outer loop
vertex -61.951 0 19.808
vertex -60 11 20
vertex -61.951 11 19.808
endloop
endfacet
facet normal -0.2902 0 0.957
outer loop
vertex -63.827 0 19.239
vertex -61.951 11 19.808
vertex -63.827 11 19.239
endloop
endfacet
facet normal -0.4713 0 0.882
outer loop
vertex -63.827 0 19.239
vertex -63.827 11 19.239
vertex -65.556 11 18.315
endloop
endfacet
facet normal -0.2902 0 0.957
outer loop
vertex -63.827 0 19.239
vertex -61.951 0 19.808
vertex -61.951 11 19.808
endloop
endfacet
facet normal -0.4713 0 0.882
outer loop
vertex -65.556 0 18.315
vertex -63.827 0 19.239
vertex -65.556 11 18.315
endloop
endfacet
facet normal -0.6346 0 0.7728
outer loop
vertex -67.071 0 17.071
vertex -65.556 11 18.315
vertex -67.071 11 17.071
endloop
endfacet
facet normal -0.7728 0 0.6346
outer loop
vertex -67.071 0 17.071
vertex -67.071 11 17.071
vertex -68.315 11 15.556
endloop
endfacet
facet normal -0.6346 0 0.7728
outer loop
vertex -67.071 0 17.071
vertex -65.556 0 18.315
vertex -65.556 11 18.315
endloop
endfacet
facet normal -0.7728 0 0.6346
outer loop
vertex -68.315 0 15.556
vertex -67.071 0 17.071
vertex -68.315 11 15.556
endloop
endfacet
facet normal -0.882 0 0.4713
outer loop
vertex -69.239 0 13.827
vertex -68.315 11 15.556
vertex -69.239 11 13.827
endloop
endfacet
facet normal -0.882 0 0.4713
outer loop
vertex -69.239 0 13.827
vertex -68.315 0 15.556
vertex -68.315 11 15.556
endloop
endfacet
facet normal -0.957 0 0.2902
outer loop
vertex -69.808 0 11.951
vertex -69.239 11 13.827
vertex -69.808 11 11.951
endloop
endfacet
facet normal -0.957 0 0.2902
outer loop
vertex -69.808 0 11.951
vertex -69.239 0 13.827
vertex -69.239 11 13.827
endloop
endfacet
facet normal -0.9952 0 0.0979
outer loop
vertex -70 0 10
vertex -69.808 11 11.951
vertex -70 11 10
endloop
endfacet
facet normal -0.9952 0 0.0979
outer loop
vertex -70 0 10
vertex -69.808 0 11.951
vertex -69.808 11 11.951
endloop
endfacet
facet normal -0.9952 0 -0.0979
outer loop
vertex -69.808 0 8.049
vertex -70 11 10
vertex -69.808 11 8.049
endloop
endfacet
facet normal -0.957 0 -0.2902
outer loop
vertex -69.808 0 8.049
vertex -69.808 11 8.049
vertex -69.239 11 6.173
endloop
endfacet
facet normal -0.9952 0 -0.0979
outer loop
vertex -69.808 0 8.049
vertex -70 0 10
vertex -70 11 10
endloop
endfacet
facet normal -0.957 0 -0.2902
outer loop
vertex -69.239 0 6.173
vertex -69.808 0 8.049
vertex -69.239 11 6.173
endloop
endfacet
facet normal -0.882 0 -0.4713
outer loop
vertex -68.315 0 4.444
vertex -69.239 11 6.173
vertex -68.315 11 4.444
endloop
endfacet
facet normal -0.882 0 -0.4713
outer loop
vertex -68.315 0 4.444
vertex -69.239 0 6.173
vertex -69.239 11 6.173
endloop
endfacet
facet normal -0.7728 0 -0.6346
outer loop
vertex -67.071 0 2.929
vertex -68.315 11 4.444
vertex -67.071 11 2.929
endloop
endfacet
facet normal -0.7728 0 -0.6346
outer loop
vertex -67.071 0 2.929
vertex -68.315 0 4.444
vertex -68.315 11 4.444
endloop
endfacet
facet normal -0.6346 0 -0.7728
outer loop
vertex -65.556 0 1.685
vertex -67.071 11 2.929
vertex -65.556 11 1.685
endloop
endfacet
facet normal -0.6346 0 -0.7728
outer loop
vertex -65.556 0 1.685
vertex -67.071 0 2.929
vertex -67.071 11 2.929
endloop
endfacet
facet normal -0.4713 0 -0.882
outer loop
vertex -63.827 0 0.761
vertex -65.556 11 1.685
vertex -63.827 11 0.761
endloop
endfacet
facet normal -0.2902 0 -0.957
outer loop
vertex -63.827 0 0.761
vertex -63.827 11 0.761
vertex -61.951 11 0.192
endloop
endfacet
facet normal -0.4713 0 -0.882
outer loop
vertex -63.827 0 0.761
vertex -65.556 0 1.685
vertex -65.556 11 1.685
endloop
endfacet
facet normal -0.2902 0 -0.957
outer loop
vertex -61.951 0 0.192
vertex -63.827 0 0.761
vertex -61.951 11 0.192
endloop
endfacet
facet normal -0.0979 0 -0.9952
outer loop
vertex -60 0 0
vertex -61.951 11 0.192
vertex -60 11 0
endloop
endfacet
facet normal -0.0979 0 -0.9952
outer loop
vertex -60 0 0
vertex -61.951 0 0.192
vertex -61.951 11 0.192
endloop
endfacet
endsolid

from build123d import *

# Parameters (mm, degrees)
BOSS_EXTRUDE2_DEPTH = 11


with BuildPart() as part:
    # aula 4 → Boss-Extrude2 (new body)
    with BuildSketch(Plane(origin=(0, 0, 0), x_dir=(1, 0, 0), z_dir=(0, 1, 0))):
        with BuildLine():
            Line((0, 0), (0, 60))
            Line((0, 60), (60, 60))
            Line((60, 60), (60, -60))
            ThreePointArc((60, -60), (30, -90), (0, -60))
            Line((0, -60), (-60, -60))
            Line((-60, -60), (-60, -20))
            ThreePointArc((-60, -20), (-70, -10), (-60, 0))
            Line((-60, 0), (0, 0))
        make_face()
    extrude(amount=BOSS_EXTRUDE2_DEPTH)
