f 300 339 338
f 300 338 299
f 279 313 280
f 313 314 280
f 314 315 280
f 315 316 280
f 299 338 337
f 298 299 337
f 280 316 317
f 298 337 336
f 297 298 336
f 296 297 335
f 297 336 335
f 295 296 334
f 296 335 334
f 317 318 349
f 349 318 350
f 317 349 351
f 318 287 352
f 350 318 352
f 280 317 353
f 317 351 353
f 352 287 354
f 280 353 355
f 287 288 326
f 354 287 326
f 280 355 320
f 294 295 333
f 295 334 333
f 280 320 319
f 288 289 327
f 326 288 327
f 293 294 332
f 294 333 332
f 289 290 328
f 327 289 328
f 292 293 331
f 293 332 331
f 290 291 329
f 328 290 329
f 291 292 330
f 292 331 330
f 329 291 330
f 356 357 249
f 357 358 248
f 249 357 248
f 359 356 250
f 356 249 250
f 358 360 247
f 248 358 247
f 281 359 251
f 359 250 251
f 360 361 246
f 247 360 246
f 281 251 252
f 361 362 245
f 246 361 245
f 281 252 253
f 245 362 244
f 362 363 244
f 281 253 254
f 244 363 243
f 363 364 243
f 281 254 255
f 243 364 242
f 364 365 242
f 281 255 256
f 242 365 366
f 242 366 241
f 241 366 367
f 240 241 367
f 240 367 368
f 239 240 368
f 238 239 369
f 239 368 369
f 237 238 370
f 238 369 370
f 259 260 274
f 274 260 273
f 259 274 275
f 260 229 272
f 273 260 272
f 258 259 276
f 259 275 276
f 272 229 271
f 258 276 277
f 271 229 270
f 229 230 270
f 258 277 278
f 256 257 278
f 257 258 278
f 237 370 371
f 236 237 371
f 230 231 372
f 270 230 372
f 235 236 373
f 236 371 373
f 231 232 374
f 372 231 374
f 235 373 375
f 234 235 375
===============
(THE TASK) Scan the lines above for "with" and state how many match, nothing more.

(TASK RESPONSE) 3